Images (and videos) significantly increase post engagement. But you gotta pick the right image. And it’s hard.

When we post off the cuff, we don’t have an image in mind. So, not only do we have to figure out what we’re going to write, but now we have to delay the post by several minutes to find the right image. And then there’s licensing of the images. “Can I use this image for my commercial/non-commercial purposes? Do I have to add attribution?”

After a little bit, all the stock photos start looking the same. Did you search for the right images/terms? Ugh.

What you can do

Like I mentioned earlier, you can plan your images and posts beforehand. But we’ve already talked about that.

Here’s what I use for free stock imagery:

  • Pexels

  • Morguefile

  • Unsplash

And if you need to modify the image (which you should because a stock photo usually isn’t super engaging), there are tons of free and low-cost apps for that. I typically work on my computer, not my cell phone. I use Pixelmator Pro or Acorn.
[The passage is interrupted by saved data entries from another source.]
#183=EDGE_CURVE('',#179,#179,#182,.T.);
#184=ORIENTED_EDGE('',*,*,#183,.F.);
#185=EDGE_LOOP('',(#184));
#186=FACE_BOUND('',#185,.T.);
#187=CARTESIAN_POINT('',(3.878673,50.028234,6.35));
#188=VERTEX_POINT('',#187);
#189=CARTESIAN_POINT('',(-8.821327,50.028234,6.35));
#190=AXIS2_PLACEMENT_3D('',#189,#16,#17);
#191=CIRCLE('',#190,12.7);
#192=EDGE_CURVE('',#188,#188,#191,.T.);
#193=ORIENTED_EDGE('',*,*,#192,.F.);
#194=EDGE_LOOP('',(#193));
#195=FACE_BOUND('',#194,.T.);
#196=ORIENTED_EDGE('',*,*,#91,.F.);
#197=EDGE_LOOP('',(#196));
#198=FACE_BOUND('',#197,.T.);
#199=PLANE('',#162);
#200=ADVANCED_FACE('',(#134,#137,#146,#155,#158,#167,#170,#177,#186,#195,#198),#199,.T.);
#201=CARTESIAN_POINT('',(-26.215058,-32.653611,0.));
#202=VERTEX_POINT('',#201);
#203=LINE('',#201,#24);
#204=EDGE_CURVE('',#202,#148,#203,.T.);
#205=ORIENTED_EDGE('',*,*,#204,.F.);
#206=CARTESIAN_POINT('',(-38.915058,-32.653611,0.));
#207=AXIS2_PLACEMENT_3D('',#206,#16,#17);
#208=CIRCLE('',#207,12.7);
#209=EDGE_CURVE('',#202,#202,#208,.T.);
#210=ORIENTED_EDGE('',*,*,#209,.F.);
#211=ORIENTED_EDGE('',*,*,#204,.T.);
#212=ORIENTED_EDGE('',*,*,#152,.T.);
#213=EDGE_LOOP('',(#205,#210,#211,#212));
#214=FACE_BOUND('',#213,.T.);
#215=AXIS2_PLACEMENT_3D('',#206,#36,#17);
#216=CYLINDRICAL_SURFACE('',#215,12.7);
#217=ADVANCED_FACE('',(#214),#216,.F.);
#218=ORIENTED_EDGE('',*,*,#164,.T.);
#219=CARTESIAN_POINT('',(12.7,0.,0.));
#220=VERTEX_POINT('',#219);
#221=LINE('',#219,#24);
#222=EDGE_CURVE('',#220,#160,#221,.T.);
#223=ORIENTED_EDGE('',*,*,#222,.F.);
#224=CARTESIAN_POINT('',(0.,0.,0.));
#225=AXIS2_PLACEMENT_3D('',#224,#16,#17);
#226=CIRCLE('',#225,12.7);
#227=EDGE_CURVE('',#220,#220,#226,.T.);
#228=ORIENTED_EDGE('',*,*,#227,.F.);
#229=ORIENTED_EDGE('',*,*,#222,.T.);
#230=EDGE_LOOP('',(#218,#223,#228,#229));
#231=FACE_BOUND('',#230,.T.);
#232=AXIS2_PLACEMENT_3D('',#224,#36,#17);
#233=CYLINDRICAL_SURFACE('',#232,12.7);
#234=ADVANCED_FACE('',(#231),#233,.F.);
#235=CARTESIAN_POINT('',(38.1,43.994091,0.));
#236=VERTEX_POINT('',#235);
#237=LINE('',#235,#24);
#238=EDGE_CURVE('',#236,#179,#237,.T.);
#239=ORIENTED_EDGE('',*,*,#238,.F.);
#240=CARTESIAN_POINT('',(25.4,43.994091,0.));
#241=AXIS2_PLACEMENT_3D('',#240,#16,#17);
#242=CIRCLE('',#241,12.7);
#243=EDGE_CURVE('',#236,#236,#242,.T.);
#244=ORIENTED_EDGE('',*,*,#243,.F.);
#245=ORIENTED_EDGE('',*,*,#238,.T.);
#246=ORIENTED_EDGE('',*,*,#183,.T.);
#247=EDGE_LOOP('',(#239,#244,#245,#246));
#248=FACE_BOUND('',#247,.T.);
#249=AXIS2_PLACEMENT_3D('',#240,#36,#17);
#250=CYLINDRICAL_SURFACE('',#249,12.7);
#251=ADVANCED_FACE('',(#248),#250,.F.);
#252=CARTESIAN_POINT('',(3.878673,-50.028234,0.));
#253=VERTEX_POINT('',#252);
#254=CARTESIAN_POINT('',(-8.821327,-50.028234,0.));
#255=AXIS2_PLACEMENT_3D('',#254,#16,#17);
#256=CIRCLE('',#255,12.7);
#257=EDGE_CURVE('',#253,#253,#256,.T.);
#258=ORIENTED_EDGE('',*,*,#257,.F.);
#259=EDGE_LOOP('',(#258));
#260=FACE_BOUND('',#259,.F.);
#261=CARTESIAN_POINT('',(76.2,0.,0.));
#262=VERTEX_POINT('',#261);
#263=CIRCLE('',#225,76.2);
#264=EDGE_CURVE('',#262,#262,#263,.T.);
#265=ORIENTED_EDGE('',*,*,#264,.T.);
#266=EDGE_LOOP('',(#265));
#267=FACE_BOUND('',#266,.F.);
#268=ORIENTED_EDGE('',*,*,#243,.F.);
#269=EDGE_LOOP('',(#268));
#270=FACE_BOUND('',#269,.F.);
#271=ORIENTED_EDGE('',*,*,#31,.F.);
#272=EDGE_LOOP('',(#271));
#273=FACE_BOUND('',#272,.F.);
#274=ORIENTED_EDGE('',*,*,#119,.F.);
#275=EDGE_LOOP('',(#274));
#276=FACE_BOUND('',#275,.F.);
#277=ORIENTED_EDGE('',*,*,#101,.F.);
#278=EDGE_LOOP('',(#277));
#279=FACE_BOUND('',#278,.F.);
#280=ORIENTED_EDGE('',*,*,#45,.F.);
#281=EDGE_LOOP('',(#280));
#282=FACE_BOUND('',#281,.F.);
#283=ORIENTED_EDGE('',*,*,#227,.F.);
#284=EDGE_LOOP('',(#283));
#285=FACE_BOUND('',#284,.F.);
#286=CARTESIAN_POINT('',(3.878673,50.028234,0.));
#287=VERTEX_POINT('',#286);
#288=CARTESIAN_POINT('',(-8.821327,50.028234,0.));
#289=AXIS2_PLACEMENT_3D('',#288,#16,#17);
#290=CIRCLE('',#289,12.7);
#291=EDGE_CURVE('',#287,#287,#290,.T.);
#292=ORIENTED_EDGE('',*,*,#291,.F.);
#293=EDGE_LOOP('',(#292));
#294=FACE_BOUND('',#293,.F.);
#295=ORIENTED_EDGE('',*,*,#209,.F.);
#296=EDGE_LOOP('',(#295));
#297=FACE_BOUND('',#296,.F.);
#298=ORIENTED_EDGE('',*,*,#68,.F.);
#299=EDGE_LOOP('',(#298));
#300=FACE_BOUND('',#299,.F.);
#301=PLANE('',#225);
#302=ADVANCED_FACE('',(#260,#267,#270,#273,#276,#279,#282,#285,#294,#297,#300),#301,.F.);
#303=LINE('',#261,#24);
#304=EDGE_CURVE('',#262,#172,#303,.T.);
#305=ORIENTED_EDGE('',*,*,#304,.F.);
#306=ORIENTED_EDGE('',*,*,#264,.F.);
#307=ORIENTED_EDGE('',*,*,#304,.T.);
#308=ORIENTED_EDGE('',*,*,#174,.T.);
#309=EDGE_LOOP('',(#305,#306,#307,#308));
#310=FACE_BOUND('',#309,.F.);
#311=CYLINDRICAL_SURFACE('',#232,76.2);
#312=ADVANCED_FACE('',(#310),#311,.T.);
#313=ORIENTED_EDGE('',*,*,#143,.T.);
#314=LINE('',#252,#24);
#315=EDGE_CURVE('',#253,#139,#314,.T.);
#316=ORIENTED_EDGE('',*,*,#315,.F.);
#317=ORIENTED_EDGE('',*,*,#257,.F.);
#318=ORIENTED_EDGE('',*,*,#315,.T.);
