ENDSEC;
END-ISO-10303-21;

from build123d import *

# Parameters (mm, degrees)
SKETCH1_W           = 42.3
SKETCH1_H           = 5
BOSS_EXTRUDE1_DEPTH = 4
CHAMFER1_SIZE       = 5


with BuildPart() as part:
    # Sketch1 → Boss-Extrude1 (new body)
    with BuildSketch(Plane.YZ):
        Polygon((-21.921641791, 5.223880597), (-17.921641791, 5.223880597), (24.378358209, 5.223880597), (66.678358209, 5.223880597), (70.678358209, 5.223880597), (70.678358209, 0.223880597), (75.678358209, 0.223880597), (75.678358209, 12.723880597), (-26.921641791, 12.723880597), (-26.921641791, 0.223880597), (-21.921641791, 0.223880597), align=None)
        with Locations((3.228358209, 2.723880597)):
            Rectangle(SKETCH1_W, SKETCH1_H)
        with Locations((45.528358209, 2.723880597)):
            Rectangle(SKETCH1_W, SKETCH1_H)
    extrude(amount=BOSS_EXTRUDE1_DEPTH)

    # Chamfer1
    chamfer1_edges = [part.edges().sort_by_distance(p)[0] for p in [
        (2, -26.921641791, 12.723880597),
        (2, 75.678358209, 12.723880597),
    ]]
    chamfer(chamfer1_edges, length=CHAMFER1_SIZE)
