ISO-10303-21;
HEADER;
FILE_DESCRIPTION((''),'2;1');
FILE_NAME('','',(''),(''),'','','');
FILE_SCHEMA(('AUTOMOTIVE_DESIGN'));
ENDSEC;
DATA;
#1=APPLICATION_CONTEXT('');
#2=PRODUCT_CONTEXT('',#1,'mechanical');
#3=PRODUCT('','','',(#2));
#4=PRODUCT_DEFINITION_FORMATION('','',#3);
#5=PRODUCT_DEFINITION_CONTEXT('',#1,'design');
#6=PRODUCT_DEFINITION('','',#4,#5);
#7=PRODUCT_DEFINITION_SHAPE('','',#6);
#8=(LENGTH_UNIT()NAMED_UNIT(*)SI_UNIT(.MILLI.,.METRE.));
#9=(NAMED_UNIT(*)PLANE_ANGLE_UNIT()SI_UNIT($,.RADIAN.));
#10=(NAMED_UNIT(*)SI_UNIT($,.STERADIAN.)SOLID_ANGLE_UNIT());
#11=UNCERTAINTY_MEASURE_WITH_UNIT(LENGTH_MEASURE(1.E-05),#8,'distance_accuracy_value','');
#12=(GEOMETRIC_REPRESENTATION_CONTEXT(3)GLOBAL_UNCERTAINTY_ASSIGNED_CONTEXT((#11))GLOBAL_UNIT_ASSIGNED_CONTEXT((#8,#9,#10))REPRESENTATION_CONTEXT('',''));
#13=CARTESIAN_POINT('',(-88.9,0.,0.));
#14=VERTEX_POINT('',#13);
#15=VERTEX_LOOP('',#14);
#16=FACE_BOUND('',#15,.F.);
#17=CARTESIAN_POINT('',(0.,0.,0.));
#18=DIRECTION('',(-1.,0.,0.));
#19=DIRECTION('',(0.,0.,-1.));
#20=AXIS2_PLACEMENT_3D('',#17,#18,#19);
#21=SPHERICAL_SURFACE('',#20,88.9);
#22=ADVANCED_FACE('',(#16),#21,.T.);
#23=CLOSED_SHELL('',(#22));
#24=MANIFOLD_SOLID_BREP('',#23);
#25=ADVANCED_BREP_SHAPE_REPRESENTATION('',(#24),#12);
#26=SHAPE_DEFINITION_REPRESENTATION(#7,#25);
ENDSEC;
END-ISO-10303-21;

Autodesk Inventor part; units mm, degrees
ref_plane "YZ Plane" through (0, 0, 0) normal (1, 0, 0) x (0, 1, 0)
ref_plane "XZ Plane" through (0, 0, 0) normal (0, 1, 0) x (-1, 0, 0)
ref_plane "XY Plane" through (0, 0, 0) normal (0, 0, 1) x (1, 0, 0)
sketch "Sketch1" plane through (0, 0, 0) normal (0, 1, 0) x (-1, 0, 0)
  circle A0 centre (0, 0) radius 88.9
  line L0 (88.9, 0) -> (-88.9, 0)
  dimension "d0" = 177.8
revolve "Revolution1" add sketch "Sketch1" angle 360 about axis through (-88.9, 0, 0) along (1, 0, 0) picked at (-14.8167, -25.6632) contours A0 L0
properties part number "Powercell.ver1-1111-2020"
Before I paid for those, I used Photopea.

Ellis uses Canva because she is far cooler than I am.

Social media is difficult!

Listen, the only reason I can write this article is because I’ve felt the frustrations and feel them every day. My full-time social media manager friends have shared these same frustrations with me, too.

It is hard work! Don’t undervalue it.

I have a few more reasons to share in an upcoming article (5! More! Reasons!) and I’d like to also explore why we even use social media in the first place. Hint: it can be really valuable for you and your brand.